Seperti diketahui, Kepala Polisi Republik Indonesia (Kapolri) Jenderal Badrodin Haiti telah mengeluarkan Surat Edaran (SE) bernomor SE/6/X/2015 tentang Penanganan Ujaran Kebencian (hate speech). SE yang dikeluarkan pada 8 Oktober lalu ini menuai banyak pro dan kontra. Salah satunya, SE tersebut dinilai bisa memasung kebebasan berpendapat, bahkan rentan disalahgunakan pihak-pihak tertentu untuk membungkam suara rakyat.
Yusril berpendapat, SE Kapolri itu merupakan penegasan dan pengejawantahan dari KUHP dan KUHAP yang dijadikan kiblat hukum oleh Indonesia. Dan, karena namanya adalah surat edaran, maka hal tersebut berlaku untuk internal organisasi Polri saja, seperti yang paparkan oleh Yusril Ihza Mahendra saat dikonfirmasi merahputih.com di Jakarta, Selasa (3/11).
"Surat Edaran Kapolri itu sifatnya internal di tubuh kepolisian, bukan untuk membuat norma peraturan yang baru dalam perundang-undangan. Pasal-pasal yang mengatur soal kebencian terhadap unsur agama, suku, ras atau agama, itu sendiri sebenarnya secara tegas sudah diatur dalam KUHP atau pun di luar peraturan perundang-undangan," ujar Yusril yang juga Ketua Umum Partai Bulan Bintang (PBB) ini.

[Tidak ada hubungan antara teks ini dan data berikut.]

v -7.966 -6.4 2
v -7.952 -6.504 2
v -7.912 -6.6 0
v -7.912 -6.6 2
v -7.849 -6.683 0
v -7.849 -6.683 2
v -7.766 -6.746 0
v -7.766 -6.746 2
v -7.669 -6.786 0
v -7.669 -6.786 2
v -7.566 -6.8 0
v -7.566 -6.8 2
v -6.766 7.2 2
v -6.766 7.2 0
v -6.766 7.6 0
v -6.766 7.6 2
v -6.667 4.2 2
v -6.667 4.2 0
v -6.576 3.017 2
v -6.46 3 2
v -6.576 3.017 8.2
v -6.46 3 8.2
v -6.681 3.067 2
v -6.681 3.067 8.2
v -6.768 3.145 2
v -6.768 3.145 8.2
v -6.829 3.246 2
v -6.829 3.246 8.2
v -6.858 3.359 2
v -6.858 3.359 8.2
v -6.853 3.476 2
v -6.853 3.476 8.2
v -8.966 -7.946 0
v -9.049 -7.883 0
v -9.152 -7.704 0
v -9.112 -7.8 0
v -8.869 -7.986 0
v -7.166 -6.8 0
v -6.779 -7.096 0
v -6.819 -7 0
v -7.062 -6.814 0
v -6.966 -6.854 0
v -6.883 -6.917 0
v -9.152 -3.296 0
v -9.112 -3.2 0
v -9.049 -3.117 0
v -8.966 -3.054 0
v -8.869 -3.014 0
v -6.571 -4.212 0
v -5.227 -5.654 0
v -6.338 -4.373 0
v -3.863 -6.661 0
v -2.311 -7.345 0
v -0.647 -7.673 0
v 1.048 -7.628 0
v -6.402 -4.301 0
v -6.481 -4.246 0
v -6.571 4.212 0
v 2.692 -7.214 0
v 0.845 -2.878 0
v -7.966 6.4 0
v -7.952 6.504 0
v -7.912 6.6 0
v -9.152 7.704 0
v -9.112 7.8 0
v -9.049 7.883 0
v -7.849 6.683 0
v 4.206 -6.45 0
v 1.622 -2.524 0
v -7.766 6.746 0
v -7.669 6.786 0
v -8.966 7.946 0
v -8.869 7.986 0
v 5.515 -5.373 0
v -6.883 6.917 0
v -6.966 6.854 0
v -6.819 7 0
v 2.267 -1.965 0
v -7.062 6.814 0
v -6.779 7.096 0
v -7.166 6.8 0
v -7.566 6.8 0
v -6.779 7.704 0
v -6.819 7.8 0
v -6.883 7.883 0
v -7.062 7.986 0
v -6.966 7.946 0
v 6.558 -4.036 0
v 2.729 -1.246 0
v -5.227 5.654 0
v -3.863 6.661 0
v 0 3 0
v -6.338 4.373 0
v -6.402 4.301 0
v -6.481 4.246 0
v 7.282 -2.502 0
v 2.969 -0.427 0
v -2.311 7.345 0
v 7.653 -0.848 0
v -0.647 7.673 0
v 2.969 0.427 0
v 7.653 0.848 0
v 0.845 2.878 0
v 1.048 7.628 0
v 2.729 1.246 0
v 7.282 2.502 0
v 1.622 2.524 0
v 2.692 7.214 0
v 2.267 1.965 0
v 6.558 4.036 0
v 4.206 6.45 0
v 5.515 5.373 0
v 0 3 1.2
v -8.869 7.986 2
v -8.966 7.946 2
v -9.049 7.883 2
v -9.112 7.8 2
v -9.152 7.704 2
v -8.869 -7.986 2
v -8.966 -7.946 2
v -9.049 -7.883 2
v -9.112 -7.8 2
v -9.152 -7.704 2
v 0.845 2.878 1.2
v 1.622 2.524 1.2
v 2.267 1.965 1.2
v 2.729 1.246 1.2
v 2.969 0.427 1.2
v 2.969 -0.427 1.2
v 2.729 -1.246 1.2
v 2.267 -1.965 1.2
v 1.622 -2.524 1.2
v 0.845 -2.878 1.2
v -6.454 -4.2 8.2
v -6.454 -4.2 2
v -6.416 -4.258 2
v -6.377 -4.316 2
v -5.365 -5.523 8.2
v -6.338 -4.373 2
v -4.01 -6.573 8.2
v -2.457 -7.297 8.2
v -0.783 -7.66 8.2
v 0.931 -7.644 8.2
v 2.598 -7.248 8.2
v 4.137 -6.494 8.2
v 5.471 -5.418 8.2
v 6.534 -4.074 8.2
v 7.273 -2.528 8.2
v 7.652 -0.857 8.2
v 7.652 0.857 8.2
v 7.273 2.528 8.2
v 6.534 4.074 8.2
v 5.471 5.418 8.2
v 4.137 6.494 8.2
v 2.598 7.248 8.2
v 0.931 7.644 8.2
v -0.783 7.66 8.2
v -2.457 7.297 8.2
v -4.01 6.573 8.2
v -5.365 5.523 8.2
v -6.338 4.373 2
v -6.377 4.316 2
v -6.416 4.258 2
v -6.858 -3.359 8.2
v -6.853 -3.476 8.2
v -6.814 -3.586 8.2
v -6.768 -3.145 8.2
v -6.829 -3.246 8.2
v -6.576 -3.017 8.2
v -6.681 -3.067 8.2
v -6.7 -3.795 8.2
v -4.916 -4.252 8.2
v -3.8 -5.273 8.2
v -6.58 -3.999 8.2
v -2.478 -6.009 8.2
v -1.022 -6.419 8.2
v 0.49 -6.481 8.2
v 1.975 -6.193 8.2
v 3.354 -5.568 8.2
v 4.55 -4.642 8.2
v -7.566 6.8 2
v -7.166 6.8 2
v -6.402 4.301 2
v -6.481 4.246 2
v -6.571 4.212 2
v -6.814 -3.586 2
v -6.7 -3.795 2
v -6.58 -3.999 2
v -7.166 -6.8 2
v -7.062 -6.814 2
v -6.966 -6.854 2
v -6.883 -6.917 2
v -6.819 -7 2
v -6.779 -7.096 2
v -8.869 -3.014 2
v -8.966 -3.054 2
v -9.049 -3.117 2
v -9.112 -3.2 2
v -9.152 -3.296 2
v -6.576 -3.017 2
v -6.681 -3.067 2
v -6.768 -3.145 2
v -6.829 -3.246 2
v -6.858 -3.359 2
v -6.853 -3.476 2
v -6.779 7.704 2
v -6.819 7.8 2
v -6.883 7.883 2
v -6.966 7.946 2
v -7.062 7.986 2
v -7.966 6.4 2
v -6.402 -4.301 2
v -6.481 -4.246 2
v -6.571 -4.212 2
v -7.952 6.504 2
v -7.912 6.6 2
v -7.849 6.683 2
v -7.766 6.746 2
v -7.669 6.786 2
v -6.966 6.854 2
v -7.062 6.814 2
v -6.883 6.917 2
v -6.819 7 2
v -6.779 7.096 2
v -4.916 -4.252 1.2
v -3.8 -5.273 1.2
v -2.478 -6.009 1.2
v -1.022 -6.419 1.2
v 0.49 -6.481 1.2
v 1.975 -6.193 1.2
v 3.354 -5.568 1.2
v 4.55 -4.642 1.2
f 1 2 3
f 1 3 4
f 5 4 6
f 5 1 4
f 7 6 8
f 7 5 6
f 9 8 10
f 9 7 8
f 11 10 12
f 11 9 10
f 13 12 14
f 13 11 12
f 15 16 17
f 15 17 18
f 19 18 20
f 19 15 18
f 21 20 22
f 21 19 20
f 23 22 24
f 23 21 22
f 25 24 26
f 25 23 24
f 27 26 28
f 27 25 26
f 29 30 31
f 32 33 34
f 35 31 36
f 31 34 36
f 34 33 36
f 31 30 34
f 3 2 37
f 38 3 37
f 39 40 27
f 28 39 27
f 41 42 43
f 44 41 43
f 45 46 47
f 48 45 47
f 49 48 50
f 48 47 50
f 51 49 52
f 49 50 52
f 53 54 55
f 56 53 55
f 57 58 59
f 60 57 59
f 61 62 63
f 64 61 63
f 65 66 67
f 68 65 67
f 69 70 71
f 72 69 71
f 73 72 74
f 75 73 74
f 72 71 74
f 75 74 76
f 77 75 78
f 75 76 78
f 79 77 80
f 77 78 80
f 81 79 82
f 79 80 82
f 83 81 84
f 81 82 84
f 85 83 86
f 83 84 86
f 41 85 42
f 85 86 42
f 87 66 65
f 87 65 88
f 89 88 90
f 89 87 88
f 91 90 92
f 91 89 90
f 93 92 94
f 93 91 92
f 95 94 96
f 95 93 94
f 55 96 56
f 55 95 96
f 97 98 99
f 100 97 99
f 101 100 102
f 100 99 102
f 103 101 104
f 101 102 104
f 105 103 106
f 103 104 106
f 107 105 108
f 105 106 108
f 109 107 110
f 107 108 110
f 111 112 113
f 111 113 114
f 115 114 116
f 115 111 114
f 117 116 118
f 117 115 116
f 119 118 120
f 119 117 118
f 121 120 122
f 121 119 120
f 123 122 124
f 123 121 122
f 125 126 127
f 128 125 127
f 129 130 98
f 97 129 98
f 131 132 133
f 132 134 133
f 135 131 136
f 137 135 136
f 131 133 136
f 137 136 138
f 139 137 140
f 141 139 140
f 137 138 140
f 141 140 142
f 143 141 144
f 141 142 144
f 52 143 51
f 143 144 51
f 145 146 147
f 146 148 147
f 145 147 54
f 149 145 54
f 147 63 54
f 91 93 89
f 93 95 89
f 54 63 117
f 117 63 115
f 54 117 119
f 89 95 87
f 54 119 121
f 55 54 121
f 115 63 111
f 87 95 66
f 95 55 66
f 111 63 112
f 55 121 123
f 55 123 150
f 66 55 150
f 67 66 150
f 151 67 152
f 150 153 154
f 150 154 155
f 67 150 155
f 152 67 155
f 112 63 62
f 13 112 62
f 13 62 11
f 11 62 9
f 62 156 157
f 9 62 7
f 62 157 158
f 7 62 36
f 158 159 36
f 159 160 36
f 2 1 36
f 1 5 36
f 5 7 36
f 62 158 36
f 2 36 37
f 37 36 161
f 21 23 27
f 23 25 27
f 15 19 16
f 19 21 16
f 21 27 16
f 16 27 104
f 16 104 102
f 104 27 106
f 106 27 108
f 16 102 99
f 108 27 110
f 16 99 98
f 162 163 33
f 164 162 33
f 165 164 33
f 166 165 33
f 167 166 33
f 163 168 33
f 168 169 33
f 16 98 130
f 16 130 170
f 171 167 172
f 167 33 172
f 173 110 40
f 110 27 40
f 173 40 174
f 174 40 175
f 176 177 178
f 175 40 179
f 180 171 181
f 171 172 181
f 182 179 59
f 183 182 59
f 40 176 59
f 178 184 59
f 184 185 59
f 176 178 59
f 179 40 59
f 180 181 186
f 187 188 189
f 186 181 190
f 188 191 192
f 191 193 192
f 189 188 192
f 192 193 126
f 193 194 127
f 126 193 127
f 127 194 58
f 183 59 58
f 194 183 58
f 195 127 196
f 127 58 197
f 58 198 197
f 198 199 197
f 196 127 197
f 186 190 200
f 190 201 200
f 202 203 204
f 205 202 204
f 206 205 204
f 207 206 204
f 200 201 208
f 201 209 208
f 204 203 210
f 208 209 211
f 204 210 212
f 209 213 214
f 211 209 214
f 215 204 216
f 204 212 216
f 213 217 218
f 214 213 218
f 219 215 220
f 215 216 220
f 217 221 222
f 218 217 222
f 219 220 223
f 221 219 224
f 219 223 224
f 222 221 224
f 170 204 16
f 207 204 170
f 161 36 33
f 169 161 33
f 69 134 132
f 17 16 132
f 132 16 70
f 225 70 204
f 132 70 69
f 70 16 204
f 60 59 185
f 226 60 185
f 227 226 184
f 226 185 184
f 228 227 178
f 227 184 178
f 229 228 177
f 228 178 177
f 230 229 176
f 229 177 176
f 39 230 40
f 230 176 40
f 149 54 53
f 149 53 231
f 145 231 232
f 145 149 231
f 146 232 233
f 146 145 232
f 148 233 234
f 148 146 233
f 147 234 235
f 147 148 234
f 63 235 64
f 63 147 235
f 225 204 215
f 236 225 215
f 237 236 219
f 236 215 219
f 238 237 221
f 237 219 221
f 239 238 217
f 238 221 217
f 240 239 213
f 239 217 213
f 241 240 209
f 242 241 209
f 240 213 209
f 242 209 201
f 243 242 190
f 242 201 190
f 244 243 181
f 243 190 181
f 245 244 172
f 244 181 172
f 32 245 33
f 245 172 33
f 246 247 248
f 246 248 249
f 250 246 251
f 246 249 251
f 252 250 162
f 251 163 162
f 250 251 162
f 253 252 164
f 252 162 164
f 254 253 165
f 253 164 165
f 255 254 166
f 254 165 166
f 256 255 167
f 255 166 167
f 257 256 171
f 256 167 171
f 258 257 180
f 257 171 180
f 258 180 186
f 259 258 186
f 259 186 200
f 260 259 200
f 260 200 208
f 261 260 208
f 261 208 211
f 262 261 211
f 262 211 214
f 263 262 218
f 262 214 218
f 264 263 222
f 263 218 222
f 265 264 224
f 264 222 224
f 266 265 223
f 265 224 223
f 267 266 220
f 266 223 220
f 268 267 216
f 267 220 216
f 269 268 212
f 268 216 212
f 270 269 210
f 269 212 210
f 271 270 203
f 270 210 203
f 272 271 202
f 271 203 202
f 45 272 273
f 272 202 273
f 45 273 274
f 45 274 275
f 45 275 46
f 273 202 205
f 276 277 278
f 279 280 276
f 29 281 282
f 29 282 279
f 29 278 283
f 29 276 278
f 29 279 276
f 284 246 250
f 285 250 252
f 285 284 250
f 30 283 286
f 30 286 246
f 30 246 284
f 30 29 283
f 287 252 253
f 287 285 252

Lantaran sifatnya internal, sehingga seluruh anggota kepolisian yang ada di Indonesia, sebagai penegak hukum wajib menjalankan surat edaran tersebut jika dalam tugas di lapangan, polisi melihat, mendengar langsung atau mendapat aduan dari masyarakat yang berkaitan dengan penyebaran kebencian melalui pamflet, kampanye, pidato atau di media sosial, dapat langsung mengambil tindakan hukum sesuai dengan kewenangannya.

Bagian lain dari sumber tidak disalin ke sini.